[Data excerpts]
-----

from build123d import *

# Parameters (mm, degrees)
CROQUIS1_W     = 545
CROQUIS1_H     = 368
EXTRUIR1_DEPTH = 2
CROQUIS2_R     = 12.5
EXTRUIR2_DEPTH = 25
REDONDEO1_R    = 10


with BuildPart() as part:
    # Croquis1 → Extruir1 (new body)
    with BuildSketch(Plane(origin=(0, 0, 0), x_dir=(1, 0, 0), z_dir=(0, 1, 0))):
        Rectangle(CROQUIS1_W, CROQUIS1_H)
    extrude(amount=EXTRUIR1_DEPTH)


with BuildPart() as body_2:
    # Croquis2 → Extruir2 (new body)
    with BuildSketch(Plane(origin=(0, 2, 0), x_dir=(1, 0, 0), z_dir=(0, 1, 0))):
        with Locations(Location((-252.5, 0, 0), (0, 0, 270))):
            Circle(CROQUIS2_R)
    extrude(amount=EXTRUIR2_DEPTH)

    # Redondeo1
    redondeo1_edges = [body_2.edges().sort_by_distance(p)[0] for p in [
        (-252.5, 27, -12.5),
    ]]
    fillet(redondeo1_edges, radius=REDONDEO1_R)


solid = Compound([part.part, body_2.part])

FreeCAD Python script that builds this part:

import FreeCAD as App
import Part
import Sketcher

V = App.Vector
Q = App.Units.Quantity


def edges_at(feature, points):
    """Names of the edges that pass closest to the given points."""
    edges = feature.Shape.Edges
    near = lambda p: min(range(len(edges)), key=lambda i: edges[i].distToShape(Part.Vertex(*p))[0])
    return sorted({f"Edge{near(p) + 1}" for p in points})


def add_polygon(sketch, points):
    """Adds a closed chain of lines whose ends are joined by coincident constraints."""
    first, n = sketch.GeometryCount, len(points)
    for a, b in zip(points, points[1:] + points[:1]):
        sketch.addGeometry(Part.LineSegment(App.Vector(*a, 0), App.Vector(*b, 0)), False)
    for i in range(n):
        sketch.addConstraint(Sketcher.Constraint("Coincident", first + i, 2, first + (i + 1) % n, 1))

doc = App.newDocument("Part")
params = doc.addObject("Spreadsheet::Sheet", "Params")
for row, (alias, value) in enumerate([
    ("sketch1_width", "545 mm"),
    ("sketch1_height", "368 mm"),
    ("pad1_length", "2 mm"),
    ("sketch2_diameter", "25 mm"),
    ("pad2_length", "25 mm"),
    ("fillet_radius", "10 mm"),
], start=1):
    params.set(f"A{row}", alias)
    params.set(f"B{row}", "=" + value)
    params.setAlias(f"B{row}", alias)

body = doc.addObject("PartDesign::Body", "Body")

sketch1 = body.newObject("Sketcher::SketchObject", "Sketch")
sketch1.AttachmentSupport = (doc.getObject("XZ_Plane"), [""])
sketch1.MapMode = "FlatFace"
add_polygon(sketch1, [(-272, -184), (-272, 184), (272, 184), (272, -184)])
sketch1.addConstraint([
    Sketcher.Constraint("Vertical", 0),
    Sketcher.Constraint("Horizontal", 1),
    Sketcher.Constraint("Vertical", 2),
    Sketcher.Constraint("Horizontal", 3),
    Sketcher.Constraint("Symmetric", 0, 2, 2, 2, -1, 1),
    Sketcher.Constraint("DistanceX", 1, 1, 1, 2, Q("545 mm")),
    Sketcher.Constraint("DistanceY", 0, 1, 0, 2, Q("368 mm")),
])
sketch1.setExpression("Constraints[9]", "Params.sketch1_width")
sketch1.setExpression("Constraints[10]", "Params.sketch1_height")
pad1 = body.newObject("PartDesign::Pad", "Pad")
pad1.Profile = sketch1
pad1.setExpression("Length", "Params.pad1_length")
pad1.Reversed = True
body2 = doc.addObject("PartDesign::Body", "Body001")

sketch2 = body2.newObject("Sketcher::SketchObject", "Sketch001")
sketch2.AttachmentSupport = (doc.getObject("XZ_Plane001"), [""])
sketch2.MapMode = "FlatFace"
sketch2.AttachmentOffset = App.Placement(V(0, 0, -2), App.Rotation())
sketch2.addGeometry(Part.Circle(V(-252, 0, 0), V(0, 0, 1), 12), False)
sketch2.addConstraint([
    Sketcher.Constraint("PointOnObject", 0, 3, -1),
    Sketcher.Constraint("Diameter", 0, Q("25 mm")),
    Sketcher.Constraint("DistanceX", 0, 3, -1, 1, Q("252.5 mm")),
])
sketch2.setExpression("Constraints[1]", "Params.sketch2_diameter")
pad2 = body2.newObject("PartDesign::Pad", "Pad001")
pad2.Profile = sketch2
pad2.setExpression("Length", "Params.pad2_length")
pad2.Reversed = True
doc.recompute()

fillet = body2.newObject("PartDesign::Fillet", "Fillet")
fillet.Base = (pad2, edges_at(pad2, [(-252.5, 27, -12.5)]))
fillet.setExpression("Radius", "Params.fillet_radius")

doc.recompute()
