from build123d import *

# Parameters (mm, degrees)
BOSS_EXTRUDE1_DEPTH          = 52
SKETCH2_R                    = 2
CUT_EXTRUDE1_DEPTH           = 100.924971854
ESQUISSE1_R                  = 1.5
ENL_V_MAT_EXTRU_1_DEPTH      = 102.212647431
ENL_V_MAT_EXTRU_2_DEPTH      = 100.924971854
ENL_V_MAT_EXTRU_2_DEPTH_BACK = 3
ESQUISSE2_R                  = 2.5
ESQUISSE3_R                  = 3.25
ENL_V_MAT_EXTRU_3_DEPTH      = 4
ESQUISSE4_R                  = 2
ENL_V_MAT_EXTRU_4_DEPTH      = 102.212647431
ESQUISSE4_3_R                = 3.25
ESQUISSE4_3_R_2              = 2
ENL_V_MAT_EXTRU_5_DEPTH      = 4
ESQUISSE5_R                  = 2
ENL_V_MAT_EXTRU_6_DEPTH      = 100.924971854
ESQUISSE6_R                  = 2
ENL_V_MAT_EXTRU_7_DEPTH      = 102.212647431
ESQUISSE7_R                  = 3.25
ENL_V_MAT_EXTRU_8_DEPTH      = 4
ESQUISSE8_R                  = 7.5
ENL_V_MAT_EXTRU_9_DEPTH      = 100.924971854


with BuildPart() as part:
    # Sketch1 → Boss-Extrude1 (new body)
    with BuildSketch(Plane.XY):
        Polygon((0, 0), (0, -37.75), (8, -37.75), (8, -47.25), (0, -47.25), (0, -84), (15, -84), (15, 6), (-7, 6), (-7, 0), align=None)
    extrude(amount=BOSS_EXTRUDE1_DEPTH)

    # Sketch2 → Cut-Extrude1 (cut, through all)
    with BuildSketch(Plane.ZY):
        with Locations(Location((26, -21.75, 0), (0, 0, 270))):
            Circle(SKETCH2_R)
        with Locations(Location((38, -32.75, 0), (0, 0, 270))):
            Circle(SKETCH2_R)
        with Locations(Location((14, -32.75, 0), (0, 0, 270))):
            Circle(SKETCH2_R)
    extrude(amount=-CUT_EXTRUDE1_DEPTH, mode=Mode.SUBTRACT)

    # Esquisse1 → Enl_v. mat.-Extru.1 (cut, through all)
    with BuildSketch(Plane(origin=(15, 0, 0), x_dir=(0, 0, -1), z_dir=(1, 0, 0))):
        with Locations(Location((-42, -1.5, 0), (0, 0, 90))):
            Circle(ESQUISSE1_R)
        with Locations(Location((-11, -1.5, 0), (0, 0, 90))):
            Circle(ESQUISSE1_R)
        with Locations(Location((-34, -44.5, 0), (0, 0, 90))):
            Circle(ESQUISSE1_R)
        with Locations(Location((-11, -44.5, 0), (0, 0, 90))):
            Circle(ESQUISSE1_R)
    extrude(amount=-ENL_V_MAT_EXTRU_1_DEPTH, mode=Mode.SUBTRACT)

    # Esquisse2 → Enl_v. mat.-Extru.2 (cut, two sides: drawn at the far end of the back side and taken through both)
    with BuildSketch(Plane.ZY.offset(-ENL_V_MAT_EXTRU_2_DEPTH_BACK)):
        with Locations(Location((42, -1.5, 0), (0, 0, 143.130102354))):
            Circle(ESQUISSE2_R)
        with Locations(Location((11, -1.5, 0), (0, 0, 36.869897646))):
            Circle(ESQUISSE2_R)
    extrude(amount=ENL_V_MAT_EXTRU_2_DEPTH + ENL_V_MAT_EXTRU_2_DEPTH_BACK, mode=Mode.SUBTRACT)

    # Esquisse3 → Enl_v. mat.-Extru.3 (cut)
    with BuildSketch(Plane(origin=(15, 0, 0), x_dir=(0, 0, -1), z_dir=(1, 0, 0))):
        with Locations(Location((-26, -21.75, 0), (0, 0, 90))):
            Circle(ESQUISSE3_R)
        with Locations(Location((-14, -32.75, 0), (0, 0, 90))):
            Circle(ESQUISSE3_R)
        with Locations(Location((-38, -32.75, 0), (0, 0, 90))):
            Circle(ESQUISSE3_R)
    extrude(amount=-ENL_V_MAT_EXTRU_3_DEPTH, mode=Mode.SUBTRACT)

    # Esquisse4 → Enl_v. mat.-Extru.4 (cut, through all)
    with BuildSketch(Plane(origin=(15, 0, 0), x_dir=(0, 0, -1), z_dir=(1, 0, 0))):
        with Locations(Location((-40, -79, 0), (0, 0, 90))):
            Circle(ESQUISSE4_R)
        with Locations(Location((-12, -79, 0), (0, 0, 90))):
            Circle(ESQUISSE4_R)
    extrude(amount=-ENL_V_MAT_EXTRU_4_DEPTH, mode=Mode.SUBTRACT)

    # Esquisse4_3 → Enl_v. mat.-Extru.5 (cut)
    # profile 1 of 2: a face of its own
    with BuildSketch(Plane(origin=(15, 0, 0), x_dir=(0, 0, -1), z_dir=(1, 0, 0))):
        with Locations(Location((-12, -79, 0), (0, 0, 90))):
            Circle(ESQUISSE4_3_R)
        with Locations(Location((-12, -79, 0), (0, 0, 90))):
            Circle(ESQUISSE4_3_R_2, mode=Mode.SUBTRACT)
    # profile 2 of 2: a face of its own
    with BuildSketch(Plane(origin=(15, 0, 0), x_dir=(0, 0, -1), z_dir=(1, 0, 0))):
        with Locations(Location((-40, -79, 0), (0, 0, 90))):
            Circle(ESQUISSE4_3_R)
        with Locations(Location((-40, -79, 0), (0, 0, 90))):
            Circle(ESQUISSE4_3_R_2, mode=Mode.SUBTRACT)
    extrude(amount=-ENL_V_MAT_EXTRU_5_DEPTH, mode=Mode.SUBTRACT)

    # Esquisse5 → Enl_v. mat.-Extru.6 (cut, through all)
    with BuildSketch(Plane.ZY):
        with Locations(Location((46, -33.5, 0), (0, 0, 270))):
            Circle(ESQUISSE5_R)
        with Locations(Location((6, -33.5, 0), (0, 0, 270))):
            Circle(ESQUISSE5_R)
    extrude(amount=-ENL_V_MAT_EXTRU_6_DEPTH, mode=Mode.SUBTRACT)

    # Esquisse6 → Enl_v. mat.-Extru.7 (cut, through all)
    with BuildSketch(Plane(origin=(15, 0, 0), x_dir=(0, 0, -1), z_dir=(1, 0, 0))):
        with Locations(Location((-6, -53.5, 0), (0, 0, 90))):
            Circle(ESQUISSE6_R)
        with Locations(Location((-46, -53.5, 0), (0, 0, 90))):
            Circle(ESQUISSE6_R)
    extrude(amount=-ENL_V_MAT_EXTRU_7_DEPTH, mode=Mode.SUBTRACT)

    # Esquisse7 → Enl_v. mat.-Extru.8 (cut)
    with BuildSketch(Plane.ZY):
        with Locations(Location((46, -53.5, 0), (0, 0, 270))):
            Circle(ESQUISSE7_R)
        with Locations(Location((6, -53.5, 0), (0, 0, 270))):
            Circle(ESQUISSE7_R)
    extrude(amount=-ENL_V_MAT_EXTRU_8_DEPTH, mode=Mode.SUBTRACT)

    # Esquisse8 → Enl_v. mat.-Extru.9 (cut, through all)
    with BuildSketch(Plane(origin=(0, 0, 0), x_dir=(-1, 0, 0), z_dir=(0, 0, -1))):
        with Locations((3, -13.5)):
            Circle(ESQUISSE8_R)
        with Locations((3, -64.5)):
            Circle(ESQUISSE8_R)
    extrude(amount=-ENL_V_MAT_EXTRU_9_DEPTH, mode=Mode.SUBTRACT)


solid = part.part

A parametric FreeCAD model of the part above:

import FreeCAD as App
import Part
import Sketcher
Q = App.Units.Quantity


def add_polygon(sketch, points):
    """Adds a closed chain of lines whose ends are joined by coincident constraints."""
    first, n = sketch.GeometryCount, len(points)
    for a, b in zip(points, points[1:] + points[:1]):
        sketch.addGeometry(Part.LineSegment(App.Vector(*a, 0), App.Vector(*b, 0)), False)
    for i in range(n):
        sketch.addConstraint(Sketcher.Constraint("Coincident", first + i, 2, first + (i + 1) % n, 1))

doc = App.newDocument("Part")
body = doc.addObject("PartDesign::Body", "Body")

sketch1 = body.newObject("Sketcher::SketchObject", "Sketch")
sketch1.AttachmentSupport = (doc.getObject("XY_Plane"), [""])
sketch1.MapMode = "FlatFace"
add_polygon(sketch1, [(0, 0), (0, -38), (8, -38), (8, -47), (0, -47), (0, -84), (15, -84), (15, 6), (-7, 6), (-7, 0)])
sketch1.addConstraint(Sketcher.Constraint("Vertical", 0))
sketch1.addConstraint(Sketcher.Constraint("Horizontal", 1))
sketch1.addConstraint(Sketcher.Constraint("Vertical", 2))
sketch1.addConstraint(Sketcher.Constraint("Horizontal", 3))
sketch1.addConstraint(Sketcher.Constraint("Vertical", 4))
sketch1.addConstraint(Sketcher.Constraint("Horizontal", 5))
sketch1.addConstraint(Sketcher.Constraint("Vertical", 6))
sketch1.addConstraint(Sketcher.Constraint("Horizontal", 7))
sketch1.addConstraint(Sketcher.Constraint("Vertical", 8))
sketch1.addConstraint(Sketcher.Constraint("Horizontal", 9))
sketch1.addConstraint(Sketcher.Constraint("Coincident", 9, 2, -1, 1))
sketch1.addConstraint(Sketcher.Constraint("PointOnObject", 3, 2, -2))
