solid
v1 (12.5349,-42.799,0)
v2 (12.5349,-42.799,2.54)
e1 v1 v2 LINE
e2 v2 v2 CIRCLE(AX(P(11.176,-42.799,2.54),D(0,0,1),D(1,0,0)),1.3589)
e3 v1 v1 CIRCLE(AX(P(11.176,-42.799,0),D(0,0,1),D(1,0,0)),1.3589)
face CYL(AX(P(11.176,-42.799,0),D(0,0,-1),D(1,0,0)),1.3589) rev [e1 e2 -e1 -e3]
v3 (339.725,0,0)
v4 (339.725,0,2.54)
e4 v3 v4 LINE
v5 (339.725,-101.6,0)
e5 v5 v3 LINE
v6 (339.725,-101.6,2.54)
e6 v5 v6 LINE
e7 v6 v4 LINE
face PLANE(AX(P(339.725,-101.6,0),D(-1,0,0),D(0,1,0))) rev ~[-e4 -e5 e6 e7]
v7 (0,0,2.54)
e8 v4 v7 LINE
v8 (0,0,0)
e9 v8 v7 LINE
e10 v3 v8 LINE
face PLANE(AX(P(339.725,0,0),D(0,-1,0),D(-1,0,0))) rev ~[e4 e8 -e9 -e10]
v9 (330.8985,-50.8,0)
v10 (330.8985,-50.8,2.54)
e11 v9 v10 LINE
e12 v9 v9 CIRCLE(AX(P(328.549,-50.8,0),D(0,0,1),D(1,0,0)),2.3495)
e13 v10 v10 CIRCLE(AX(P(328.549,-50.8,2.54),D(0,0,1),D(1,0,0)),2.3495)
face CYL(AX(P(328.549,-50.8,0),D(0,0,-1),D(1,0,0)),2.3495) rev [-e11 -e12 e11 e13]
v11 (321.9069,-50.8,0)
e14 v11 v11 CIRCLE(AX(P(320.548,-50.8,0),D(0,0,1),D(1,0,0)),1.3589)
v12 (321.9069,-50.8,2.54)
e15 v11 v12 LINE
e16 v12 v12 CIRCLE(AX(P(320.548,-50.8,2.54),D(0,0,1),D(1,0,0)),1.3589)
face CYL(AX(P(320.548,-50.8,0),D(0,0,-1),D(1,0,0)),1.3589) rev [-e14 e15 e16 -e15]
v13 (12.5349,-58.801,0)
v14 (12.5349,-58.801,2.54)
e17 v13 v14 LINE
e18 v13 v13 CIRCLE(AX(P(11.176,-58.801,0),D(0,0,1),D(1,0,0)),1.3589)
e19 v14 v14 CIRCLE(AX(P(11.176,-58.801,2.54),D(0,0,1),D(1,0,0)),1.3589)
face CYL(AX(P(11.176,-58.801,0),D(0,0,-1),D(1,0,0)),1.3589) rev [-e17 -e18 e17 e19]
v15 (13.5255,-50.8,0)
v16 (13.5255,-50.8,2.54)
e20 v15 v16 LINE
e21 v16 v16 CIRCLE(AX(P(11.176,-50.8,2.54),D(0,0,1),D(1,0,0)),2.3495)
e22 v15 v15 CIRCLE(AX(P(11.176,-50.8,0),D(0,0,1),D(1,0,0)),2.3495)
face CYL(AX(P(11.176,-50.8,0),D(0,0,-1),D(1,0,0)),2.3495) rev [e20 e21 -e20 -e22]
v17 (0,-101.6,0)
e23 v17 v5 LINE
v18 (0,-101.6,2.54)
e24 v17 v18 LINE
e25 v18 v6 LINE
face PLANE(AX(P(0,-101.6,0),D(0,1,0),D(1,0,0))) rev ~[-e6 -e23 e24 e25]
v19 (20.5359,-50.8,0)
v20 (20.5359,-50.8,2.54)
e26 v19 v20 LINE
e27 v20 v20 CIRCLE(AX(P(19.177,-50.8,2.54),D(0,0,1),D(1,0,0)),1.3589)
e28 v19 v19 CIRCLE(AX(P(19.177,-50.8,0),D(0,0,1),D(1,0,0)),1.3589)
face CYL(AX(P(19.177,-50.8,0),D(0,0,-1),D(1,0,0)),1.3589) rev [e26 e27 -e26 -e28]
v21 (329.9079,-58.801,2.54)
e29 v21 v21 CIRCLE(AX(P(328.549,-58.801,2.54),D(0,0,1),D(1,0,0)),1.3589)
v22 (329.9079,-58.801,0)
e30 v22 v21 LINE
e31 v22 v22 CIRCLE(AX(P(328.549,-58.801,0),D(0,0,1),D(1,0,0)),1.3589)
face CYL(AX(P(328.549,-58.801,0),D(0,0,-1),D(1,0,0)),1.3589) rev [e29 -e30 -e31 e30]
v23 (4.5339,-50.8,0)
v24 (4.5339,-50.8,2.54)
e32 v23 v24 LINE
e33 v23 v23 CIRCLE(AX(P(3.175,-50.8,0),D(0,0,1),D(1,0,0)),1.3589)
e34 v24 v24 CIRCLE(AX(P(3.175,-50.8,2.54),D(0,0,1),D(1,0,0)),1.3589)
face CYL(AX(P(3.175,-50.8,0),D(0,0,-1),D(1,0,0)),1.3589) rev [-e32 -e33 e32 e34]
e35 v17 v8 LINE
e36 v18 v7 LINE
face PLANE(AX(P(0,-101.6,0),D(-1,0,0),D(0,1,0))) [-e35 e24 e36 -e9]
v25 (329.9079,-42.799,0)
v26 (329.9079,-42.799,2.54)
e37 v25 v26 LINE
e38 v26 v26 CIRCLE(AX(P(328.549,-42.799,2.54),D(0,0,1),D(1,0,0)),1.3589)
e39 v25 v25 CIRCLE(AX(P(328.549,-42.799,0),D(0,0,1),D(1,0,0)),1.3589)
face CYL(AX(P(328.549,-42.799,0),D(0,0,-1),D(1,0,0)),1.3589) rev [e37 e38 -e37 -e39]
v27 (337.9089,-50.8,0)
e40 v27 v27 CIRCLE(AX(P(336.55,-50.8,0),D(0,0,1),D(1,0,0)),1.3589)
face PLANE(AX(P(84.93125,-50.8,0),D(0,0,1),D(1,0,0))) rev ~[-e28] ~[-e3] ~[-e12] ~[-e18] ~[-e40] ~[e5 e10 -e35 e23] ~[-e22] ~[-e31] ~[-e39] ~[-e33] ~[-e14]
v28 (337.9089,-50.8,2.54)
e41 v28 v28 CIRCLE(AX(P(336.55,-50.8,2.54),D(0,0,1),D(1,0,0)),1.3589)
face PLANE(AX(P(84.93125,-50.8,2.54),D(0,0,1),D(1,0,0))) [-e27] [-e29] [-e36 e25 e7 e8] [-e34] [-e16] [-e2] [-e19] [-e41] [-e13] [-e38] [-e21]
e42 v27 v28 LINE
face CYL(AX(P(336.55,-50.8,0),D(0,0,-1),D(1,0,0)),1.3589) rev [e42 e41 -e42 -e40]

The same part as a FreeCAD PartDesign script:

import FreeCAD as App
import Part
import Sketcher
from FreeCAD import Vector
Q = App.Units.Quantity

doc = App.newDocument("Part")
body = doc.addObject("PartDesign::Body", "Body")

# Sketch on XY plane
sketch1 = doc.addObject("Sketcher::SketchObject", "Sketch")
body.addObject(sketch1)
sketch1.AttachmentSupport = (doc.XY_Plane, [""])
sketch1.MapMode = "FlatFace"
sketch1.addGeometry([
    Part.LineSegment(Vector(0, 0, 0), Vector(0, -101.6, 0)),  # 0
    Part.LineSegment(Vector(0, -101.6, 0), Vector(339.725, -101.6, 0)),  # 1
    Part.LineSegment(Vector(339.725, -101.6, 0), Vector(339.725, 0, 0)),  # 2
    Part.LineSegment(Vector(339.725, 0, 0), Vector(0, 0, 0)),  # 3
    Part.Circle(Vector(11.176, -58.801, 0), Vector(0, 0, 1), 1.3589),  # 4
    Part.Circle(Vector(328.549, -58.801, 0), Vector(0, 0, 1), 1.3589),  # 5
    Part.Circle(Vector(3.175, -50.8, 0), Vector(0, 0, 1), 1.3589),  # 6
    Part.Circle(Vector(11.176, -50.8, 0), Vector(0, 0, 1), 2.3495),  # 7
    Part.Circle(Vector(19.177, -50.8, 0), Vector(0, 0, 1), 1.3589),  # 8
    Part.Circle(Vector(11.176, -42.799, 0), Vector(0, 0, 1), 1.3589),  # 9
    Part.Circle(Vector(320.548, -50.8, 0), Vector(0, 0, 1), 1.3589),  # 10
    Part.Circle(Vector(328.549, -50.8, 0), Vector(0, 0, 1), 2.3495),  # 11
    Part.Circle(Vector(336.55, -50.8, 0), Vector(0, 0, 1), 1.3589),  # 12
    Part.Circle(Vector(328.549, -42.799, 0), Vector(0, 0, 1), 1.3589),  # 13
], False)
sketch1.addConstraint([
    Sketcher.Constraint("Coincident", 0, 2, 1, 1),
    Sketcher.Constraint("Coincident", 1, 2, 2, 1),
    Sketcher.Constraint("Coincident", 2, 2, 3, 1),
    Sketcher.Constraint("Coincident", 3, 2, 0, 1),
    Sketcher.Constraint("Vertical", 0),
    Sketcher.Constraint("Horizontal", 1),
    Sketcher.Constraint("Vertical", 2),
    Sketcher.Constraint("Horizontal", 3),
    Sketcher.Constraint("Coincident", 3, 2, -1, 1),
    Sketcher.Constraint("Equal", 4, 5),
    Sketcher.Constraint("Equal", 5, 6),
    Sketcher.Constraint("Equal", 6, 8),
    Sketcher.Constraint("Equal", 8, 9),
    Sketcher.Constraint("Equal", 9, 10),
    Sketcher.Constraint("Equal", 7, 11),
    Sketcher.Constraint("Equal", 10, 12),
    Sketcher.Constraint("Equal", 12, 13),
    Sketcher.Constraint("Horizontal", 4, 3, 5, 3),
    Sketcher.Constraint("Horizontal", 6, 3, 7, 3),
    Sketcher.Constraint("Horizontal", 7, 3, 8, 3),
    Sketcher.Constraint("Horizontal", 8, 3, 10, 3),
    Sketcher.Constraint("Horizontal", 10, 3, 11, 3),
    Sketcher.Constraint("Horizontal", 11, 3, 12, 3),
    Sketcher.Constraint("Horizontal", 9, 3, 13, 3),
    Sketcher.Constraint("Vertical", 4, 3, 7, 3),
    Sketcher.Constraint("Vertical", 7, 3, 9, 3),
    Sketcher.Constraint("Vertical", 5, 3, 11, 3),
    Sketcher.Constraint("Vertical", 11, 3, 13, 3),
    Sketcher.Constraint("DistanceY", 0, 2, 0, 1, Q("4 in")),
    Sketcher.Constraint("Diameter", 4, Q("0.107 in")),
    Sketcher.Constraint("Diameter", 7, Q("0.185 in")),
    Sketcher.Constraint("DistanceY", 6, 3, -1, 1, Q("2 in")),
    Sketcher.Constraint("DistanceX", 1, 1, 1, 2, Q("13.375 in")),
    Sketcher.Constraint("DistanceX", -1, 1, 4, 3, Q("0.44 in")),
    Sketcher.Constraint("DistanceX", -1, 1, 10, 3, Q("12.62 in")),
    Sketcher.Constraint("DistanceX", -1, 1, 12, 3, Q("13.25 in")),
    Sketcher.Constraint("DistanceX", 6, 3, 5, 3, Q("12.81 in")),
    Sketcher.Constraint("DistanceX", 6, 3, 8, 3, Q("0.63 in")),
    Sketcher.Constraint("DistanceY", 4, 3, 9, 3, Q("0.63 in")),
    Sketcher.Constraint("DistanceX", 5, 3, 1, 2, Q("0.44 in")),
    Sketcher.Constraint("DistanceY", 4, 3, -1, 1, Q("2.315 in")),
])
pad1 = doc.addObject("PartDesign::Pad", "Pad")
body.addObject(pad1)
pad1.Profile = sketch1
pad1.Length = Q("0.1 in")

doc.recompute()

-----

For this exercise, repeat exactly the lines of the data above from the one with "e32 v23 v24 LINE" down to the one with "e39 v25 v25", both end lines included.

Response for this exercise ::
e32 v23 v24 LINE
e33 v23 v23 CIRCLE(AX(P(3.175,-50.8,0),D(0,0,1),D(1,0,0)),1.3589)
e34 v24 v24 CIRCLE(AX(P(3.175,-50.8,2.54),D(0,0,1),D(1,0,0)),1.3589)
face CYL(AX(P(3.175,-50.8,0),D(0,0,-1),D(1,0,0)),1.3589) rev [-e32 -e33 e32 e34]
e35 v17 v8 LINE
e36 v18 v7 LINE
face PLANE(AX(P(0,-101.6,0),D(-1,0,0),D(0,1,0))) [-e35 e24 e36 -e9]
v25 (329.9079,-42.799,0)
v26 (329.9079,-42.799,2.54)
e37 v25 v26 LINE
e38 v26 v26 CIRCLE(AX(P(328.549,-42.799,2.54),D(0,0,1),D(1,0,0)),1.3589)
e39 v25 v25 CIRCLE(AX(P(328.549,-42.799,0),D(0,0,1),D(1,0,0)),1.3589)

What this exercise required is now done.